The price distortions caused by a depreciating currency play havoc with investors’ efforts to decide what price to pay for assets, as well as making it difficult to tell when to sell. After all, our goal isn’t just to build an account with big numbers in it – we want to be able to afford a better life for ourselves and our families.
One approach to solving this problem is to price things using a more stable form of money – one that cannot be created and destroyed at the whim of a central bank. Gold.
In July of 2002, one dollar would buy 100 mg of gold – a penny was a milligram. In March of 2011, one dollar bought only 22 mg of gold. – and at the end of May, just 20 mg. Some things are more expensive today in gold terms, but many are not. For instance, it takes less gold to buy a barrel of crude today than in 2002 (2.0 grams instead of 2.7 grams), but it takes a bit more gold to buy a pound of coffee (54 mg instead of 50 mg). And yet, both coffee and crude oil are several times more expensive in dollars than they were nine years ago. The same goes for silver, food, copper, gasoline, postage, college tuition… almost anything you can think of.
Except houses.
Using gold as the standard of measure shows what is really happening with home values:

Home values haven’t just rolled back to their 2002 levels – they have been making new all-time lows every quarter for the last year!

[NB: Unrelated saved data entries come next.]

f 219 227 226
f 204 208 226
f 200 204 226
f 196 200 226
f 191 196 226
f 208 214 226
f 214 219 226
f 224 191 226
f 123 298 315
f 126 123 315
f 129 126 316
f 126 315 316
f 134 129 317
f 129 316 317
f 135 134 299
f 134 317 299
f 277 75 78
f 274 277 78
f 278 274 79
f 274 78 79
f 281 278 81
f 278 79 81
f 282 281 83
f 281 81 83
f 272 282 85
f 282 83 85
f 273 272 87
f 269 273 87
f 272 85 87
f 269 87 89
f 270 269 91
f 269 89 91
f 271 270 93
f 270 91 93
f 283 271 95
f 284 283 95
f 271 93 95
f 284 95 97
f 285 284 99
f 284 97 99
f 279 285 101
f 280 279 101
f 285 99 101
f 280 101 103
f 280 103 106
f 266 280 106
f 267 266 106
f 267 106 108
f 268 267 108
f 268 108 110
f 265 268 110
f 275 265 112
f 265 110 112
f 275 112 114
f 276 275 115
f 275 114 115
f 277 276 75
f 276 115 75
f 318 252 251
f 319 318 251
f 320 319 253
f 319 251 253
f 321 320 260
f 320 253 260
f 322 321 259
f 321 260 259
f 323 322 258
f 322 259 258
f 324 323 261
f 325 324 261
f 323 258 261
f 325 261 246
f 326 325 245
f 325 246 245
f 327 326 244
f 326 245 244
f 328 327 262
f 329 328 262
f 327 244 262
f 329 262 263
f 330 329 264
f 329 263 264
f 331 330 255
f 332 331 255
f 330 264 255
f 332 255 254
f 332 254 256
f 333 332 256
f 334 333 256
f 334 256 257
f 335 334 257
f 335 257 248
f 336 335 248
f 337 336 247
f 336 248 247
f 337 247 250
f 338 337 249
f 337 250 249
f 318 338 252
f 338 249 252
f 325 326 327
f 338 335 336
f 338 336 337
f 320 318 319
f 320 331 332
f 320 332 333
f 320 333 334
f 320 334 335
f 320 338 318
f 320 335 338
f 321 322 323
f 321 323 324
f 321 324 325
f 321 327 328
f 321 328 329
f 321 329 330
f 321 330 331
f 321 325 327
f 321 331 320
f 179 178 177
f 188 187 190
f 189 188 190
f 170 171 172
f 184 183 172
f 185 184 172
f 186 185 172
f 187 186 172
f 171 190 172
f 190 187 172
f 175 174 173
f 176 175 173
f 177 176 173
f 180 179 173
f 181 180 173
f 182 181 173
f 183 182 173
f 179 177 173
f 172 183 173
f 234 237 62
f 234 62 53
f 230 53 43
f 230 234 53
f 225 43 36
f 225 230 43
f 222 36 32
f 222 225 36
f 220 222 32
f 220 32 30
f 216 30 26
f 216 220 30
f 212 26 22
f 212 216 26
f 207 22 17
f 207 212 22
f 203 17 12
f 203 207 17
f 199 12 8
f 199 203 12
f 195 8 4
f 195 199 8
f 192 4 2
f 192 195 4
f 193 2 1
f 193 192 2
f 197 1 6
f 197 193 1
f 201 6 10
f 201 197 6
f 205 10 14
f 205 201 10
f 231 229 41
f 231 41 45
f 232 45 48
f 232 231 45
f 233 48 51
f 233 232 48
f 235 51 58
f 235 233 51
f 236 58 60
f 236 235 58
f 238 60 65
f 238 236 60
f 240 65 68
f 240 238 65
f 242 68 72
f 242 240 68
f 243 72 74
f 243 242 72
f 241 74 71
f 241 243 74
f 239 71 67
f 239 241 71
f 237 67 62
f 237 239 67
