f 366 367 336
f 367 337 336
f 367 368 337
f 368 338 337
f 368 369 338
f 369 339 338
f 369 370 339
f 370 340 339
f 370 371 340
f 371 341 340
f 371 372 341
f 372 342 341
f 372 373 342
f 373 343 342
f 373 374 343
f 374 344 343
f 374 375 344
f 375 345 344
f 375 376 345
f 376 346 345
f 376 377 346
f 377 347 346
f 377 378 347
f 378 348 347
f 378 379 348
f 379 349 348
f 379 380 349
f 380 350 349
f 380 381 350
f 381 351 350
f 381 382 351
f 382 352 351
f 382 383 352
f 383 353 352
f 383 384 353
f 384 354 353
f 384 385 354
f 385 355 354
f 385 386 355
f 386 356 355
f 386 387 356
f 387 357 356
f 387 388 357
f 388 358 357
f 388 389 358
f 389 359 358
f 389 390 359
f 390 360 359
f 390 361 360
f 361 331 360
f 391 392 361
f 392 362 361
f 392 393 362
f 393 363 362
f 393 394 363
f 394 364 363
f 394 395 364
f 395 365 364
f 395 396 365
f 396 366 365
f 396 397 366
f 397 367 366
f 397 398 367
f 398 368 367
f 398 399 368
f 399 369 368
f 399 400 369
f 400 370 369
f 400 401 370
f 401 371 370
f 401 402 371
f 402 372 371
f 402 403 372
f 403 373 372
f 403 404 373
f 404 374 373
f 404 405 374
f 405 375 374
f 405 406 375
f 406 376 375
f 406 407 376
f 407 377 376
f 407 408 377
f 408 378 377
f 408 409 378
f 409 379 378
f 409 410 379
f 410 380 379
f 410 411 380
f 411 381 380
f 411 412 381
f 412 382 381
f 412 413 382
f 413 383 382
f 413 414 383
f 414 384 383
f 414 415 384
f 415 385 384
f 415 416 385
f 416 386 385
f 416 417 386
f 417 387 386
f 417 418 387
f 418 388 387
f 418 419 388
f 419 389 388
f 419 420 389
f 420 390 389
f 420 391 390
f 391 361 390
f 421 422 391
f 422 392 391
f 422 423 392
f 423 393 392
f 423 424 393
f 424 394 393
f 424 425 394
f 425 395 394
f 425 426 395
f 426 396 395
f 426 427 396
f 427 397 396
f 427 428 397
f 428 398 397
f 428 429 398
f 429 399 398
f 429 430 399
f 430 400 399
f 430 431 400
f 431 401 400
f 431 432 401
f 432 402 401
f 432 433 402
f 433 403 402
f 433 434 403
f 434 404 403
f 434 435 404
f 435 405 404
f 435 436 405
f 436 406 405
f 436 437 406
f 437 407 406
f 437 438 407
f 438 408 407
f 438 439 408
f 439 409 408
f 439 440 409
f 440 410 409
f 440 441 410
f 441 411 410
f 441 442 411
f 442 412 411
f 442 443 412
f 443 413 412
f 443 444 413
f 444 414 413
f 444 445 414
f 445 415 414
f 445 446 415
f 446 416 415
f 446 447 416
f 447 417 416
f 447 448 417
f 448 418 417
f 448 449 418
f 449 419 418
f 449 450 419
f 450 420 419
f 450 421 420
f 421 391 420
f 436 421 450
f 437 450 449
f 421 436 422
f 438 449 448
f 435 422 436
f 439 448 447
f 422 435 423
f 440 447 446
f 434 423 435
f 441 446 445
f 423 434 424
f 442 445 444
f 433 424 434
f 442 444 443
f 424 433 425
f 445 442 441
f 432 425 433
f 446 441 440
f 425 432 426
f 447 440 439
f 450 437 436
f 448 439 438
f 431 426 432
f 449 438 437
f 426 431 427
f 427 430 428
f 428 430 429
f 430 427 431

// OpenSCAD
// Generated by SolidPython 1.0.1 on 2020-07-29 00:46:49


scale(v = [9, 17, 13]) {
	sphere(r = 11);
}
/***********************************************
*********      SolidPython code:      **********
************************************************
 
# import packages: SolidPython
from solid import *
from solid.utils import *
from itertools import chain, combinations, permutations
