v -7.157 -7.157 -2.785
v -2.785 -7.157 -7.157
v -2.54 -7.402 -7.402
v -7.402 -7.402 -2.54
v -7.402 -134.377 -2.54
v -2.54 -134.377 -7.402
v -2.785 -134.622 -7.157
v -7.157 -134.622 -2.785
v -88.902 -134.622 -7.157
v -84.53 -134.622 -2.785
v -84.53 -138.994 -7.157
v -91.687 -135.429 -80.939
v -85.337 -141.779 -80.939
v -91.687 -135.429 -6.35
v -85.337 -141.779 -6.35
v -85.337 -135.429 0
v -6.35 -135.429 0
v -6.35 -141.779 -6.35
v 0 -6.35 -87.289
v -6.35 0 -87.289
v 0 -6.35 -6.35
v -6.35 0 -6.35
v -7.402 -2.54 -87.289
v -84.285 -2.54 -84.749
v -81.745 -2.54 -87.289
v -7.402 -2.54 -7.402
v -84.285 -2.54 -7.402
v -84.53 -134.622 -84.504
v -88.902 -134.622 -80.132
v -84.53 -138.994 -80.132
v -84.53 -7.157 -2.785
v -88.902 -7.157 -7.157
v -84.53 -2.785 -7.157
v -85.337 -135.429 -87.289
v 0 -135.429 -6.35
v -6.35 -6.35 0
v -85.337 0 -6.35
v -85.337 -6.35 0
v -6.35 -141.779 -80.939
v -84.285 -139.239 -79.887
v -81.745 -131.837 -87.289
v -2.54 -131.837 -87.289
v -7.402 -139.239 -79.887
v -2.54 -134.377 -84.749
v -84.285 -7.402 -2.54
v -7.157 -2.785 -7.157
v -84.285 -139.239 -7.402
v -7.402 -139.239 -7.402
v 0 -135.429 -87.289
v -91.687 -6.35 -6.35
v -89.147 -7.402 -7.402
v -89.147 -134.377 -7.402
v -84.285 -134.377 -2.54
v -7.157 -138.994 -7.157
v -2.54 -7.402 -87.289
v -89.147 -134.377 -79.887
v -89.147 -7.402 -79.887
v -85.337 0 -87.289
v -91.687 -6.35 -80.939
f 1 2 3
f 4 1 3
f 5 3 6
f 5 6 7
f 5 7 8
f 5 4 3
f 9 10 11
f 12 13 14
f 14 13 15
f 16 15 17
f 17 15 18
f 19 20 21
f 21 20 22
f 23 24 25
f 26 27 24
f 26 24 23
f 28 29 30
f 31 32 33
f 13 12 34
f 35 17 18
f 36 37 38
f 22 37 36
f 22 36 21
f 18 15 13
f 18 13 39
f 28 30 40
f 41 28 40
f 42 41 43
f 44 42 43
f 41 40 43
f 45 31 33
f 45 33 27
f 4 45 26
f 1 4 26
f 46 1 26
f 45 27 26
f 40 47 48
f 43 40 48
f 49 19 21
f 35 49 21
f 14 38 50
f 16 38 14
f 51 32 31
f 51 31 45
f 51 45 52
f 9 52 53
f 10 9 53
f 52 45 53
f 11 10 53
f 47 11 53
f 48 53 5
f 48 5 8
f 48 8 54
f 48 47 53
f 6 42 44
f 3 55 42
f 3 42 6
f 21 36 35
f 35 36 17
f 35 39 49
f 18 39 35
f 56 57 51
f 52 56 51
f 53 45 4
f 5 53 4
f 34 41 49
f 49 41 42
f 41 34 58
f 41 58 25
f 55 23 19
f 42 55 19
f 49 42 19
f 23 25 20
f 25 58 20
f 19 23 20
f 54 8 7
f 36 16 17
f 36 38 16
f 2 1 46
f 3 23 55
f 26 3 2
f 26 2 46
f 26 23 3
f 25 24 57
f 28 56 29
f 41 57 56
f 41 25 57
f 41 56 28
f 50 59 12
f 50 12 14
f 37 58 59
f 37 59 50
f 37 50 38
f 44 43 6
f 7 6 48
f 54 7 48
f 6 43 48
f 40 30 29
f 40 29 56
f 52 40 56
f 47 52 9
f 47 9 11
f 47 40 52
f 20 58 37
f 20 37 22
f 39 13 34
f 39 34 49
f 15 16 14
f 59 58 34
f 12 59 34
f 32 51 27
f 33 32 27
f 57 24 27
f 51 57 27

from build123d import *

# Parameters (mm, degrees)
F0_W     = 91.686919
F0_H     = 87.288838
F1_DEPTH = 141.779242
F2_SIZE  = 6.35
F3_T     = -2.54


with BuildPart() as f1:
    # F0 (on Front) → F1 (new body)
    with BuildSketch(Plane.XZ):
        with Locations((-45.843459, -43.644419)):
            Rectangle(F0_W, F0_H)
    extrude(amount=F1_DEPTH)

    # F2
    f2_edges = [f1.edges().sort_by_distance(p)[0] for p in [
        (-45.84346, -141.779242, 0),
        (-91.686919, -70.889621, 0),
        (-91.686919, -70.889621, -87.288838),
        (-91.686919, 0, -43.644419),
        (-91.686919, -141.779242, -43.644419),
        (0, -70.889621, 0),
        (-45.84346, 0, 0),
        (-45.84346, -141.779242, -87.288838),
        (0, -141.779242, -43.644419),
        (0, 0, -43.644419),
    ]]
    chamfer(f2_edges, length=F2_SIZE)

    # F3
    f3_openings = [f1.faces().sort_by_distance(p)[0] for p in [
        (-42.739325, -67.829256, -87.288838),
    ]]
    offset(amount=F3_T, openings=f3_openings)


solid = f1.part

This chart by itself can’t tell you whether it is time to buy a house, or if it is too late to sell that second home. Prices could keep falling, or they could stabilize and begin to recover; that will be determined by the supply of homes on the market, the needs of buyers, and the strength of their finances.

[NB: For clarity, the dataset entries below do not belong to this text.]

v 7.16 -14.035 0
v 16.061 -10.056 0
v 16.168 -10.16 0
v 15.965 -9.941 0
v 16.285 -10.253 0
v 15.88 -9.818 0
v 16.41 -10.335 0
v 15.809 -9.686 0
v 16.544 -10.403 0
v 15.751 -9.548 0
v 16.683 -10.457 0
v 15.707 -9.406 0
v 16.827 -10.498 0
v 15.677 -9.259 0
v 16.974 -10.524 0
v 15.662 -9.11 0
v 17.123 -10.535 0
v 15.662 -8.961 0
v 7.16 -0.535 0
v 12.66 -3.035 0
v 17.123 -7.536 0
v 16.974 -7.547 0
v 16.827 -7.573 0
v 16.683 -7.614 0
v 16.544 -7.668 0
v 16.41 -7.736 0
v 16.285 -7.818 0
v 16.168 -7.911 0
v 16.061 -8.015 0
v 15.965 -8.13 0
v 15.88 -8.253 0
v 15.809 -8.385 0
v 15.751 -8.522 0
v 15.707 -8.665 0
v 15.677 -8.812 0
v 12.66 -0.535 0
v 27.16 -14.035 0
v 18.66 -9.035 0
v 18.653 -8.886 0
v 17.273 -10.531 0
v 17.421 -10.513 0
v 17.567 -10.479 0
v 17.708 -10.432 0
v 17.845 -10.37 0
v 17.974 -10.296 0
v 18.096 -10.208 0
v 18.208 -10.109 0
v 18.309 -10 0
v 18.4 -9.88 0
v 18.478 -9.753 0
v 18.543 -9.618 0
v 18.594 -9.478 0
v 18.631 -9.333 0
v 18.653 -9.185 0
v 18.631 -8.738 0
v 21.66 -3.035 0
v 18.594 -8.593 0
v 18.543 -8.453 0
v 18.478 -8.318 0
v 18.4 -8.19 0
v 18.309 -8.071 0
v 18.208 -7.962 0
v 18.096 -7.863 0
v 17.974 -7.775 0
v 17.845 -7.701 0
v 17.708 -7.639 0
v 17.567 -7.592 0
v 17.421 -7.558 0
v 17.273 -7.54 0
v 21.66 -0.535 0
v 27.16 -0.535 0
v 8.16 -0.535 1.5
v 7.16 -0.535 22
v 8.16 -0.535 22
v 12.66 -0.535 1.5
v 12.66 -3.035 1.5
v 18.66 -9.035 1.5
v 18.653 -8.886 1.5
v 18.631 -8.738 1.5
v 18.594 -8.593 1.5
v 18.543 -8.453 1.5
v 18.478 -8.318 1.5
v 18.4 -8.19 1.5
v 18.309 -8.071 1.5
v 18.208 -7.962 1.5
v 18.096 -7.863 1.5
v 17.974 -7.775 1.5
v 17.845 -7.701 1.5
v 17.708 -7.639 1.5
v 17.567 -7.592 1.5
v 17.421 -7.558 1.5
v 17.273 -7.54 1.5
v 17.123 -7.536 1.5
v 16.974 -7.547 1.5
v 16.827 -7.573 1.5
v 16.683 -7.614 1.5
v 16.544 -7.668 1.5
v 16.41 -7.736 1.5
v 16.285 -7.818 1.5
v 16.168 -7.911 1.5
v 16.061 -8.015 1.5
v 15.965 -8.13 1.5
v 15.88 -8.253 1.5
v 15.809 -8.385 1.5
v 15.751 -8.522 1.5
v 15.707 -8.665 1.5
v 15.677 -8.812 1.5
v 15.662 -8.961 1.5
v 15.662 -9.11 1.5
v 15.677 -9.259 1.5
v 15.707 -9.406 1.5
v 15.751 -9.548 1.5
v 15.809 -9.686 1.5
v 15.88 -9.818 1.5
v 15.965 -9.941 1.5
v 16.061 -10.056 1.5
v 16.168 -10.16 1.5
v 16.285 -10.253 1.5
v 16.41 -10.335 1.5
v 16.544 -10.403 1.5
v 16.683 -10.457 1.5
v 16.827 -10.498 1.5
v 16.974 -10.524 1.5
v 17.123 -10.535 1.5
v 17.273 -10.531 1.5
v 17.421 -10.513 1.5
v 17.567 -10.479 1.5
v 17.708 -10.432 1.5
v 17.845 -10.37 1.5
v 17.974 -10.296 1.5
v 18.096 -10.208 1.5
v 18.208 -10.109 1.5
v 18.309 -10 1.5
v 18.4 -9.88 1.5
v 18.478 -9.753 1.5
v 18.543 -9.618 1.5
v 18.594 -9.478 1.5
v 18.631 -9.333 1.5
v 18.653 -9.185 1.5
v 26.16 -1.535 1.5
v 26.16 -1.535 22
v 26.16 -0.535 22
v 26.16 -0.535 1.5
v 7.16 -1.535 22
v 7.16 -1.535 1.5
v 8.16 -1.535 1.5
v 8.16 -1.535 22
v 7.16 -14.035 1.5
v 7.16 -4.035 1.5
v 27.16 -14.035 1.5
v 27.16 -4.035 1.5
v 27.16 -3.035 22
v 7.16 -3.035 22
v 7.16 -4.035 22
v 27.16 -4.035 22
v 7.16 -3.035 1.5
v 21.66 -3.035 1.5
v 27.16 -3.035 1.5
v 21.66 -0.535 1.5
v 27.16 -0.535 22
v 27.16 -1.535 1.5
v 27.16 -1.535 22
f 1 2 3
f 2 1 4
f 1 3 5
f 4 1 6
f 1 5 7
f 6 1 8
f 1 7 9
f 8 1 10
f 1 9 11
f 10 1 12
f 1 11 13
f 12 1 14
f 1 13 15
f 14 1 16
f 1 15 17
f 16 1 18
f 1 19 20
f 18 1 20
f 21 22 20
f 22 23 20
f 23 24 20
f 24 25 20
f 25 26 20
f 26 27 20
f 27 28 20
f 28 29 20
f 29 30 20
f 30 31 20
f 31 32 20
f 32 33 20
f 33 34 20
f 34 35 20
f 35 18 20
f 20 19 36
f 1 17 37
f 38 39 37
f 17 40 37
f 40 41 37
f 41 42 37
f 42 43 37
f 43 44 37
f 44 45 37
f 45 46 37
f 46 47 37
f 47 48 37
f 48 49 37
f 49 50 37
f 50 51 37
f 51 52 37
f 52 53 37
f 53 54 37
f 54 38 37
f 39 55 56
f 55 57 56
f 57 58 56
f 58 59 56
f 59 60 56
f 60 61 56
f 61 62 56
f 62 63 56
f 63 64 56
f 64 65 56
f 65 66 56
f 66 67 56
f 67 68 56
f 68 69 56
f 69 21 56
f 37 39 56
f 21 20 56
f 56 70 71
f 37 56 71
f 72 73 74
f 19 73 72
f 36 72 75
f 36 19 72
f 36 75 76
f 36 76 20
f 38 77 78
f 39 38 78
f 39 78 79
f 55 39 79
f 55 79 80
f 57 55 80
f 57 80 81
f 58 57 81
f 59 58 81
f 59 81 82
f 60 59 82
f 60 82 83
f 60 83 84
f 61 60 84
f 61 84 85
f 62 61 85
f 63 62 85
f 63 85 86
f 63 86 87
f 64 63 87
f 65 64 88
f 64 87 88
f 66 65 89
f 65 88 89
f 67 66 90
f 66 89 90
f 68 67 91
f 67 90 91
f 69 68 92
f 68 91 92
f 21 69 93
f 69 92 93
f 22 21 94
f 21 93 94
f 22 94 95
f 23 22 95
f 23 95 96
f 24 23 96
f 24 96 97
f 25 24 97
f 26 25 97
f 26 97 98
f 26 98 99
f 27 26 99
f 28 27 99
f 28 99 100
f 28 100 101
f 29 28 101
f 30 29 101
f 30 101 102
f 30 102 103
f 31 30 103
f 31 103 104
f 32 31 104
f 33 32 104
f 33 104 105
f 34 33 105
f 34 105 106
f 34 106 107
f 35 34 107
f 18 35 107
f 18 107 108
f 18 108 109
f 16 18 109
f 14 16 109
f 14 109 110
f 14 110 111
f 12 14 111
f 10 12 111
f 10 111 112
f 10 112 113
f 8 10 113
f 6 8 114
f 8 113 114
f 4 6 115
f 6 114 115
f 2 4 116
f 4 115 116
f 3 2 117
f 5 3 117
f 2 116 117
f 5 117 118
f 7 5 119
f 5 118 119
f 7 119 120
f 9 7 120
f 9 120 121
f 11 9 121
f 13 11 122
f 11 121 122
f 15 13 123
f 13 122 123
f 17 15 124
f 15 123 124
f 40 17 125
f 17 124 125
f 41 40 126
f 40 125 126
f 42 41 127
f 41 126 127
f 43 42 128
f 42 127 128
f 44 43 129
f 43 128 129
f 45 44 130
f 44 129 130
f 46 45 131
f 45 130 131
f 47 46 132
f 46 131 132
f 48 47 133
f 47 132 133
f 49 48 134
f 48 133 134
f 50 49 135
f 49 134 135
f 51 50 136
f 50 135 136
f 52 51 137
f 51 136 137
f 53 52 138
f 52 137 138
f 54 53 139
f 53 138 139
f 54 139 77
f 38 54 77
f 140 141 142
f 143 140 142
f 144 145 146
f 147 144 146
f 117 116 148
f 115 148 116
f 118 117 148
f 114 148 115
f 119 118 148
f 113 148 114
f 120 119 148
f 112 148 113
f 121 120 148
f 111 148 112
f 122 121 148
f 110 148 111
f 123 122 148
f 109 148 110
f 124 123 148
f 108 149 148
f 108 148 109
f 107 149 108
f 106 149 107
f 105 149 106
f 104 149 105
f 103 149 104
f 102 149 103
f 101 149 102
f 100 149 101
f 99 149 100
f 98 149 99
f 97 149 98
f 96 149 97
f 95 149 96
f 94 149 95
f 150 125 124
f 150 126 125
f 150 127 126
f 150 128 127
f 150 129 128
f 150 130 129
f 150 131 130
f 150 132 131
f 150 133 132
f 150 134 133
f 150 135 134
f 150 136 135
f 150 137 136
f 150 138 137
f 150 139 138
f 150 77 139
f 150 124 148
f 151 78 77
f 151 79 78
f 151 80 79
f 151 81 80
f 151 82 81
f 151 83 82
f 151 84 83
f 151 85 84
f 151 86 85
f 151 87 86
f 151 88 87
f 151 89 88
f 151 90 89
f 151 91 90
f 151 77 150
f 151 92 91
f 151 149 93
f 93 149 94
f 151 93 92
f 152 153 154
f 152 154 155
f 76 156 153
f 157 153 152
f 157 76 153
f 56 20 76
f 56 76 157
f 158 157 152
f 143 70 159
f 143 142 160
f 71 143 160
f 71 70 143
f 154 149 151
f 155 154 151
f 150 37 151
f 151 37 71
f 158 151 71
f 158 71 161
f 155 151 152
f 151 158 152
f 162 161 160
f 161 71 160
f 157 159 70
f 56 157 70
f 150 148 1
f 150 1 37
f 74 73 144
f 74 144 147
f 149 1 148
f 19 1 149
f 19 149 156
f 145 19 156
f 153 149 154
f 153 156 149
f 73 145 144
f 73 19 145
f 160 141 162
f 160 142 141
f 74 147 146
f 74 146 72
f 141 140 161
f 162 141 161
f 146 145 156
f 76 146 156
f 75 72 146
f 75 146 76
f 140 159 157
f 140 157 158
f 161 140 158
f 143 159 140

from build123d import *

# Parameters (mm, degrees)
ESBO_O1_W                = 20
ESBO_O1_H                = 3.5
RESSALTO_EXTRUS_O1_DEPTH = 22
ESBO_O2_W                = 18
ESBO_O2_H                = 3.80087929
CORTE_EXTRUS_O1_DEPTH    = 20.5
ESBO_O3_W                = 1
ESBO_O3_H                = 20.5
CORTE_EXTRUS_O2_DEPTH    = 1.5
ESBO_O4_W                = 20
ESBO_O4_H                = 1.5
RESSALTO_EXTRUS_O2_DEPTH = 10
ESBO_O5_R                = 1.5
CORTE_EXTRUS_O3_DEPTH    = 7
ESBO_O6_W                = 9
ESBO_O6_H                = 3.518504599
CORTE_EXTRUS_O4_DEPTH    = 2.5


with BuildPart() as part:
    # Esboço1 → Ressalto-extrusão1 (new body)
    with BuildSketch(Plane.XY):
        with Locations((17.16043247, -2.285464773)):
            Rectangle(ESBO_O1_W, ESBO_O1_H)
    extrude(amount=RESSALTO_EXTRUS_O1_DEPTH)

    # Esboço2 → Corte-extrusão1 (cut)
    with BuildSketch(Plane.XY.offset(22)):
        with Locations((17.16043247, -1.135025128)):
            Rectangle(ESBO_O2_W, ESBO_O2_H)
    extrude(amount=-CORTE_EXTRUS_O1_DEPTH, mode=Mode.SUBTRACT)

    # Esboço3 → Corte-extrusão2 (cut)
    with BuildSketch(Plane(origin=(0, -1.535464773, 0), x_dir=(1, 0, 0), z_dir=(0, 1, 0))):
        with Locations((7.66043247, -11.75)):
            Rectangle(ESBO_O3_W, ESBO_O3_H)
        with Locations((26.66043247, -11.75)):
            Rectangle(ESBO_O3_W, ESBO_O3_H)
    extrude(amount=-CORTE_EXTRUS_O2_DEPTH, mode=Mode.SUBTRACT)

    # Esboço4 → Ressalto-extrusão2 (add)
    with BuildSketch(Plane.XZ.offset(4.035464773)):
        with Locations((17.16043247, 0.75)):
            Rectangle(ESBO_O4_W, ESBO_O4_H)
    extrude(amount=RESSALTO_EXTRUS_O2_DEPTH)

    # Esboço5 → Corte-extrusão3 (cut)
    with BuildSketch(Plane.XY.offset(1.5)):
        with Locations((17.16043247, -9.035464773)):
            Circle(ESBO_O5_R)
    extrude(amount=-CORTE_EXTRUS_O3_DEPTH, mode=Mode.SUBTRACT)

    # Esboço6 → Corte-extrusão4 (cut)
    with BuildSketch(Plane(origin=(0, -0.535464773, 0), x_dir=(1, 0, 0), z_dir=(0, 1, 0))):
        with Locations((17.16043247, -0.984028815)):
            Rectangle(ESBO_O6_W, ESBO_O6_H)
    extrude(amount=-CORTE_EXTRUS_O4_DEPTH, mode=Mode.SUBTRACT)


solid = part.part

One thing is certain: in the aggregate, home values will never go to zero. People need to live somewhere, and real property has real value. But in the coming months, the dollar price of housing may stabilize, and even rise if QE3 is launched or massive amounts of new fiat money are created to bail out Europe or to contain some other emerging crisis – even as real values are stagnant or falling. Take a look at 2001-2006 and 2009-2011 in the chart above for examples of this.
The key to understanding what’s really happening to home values, and other prices, is to watch them priced in gold.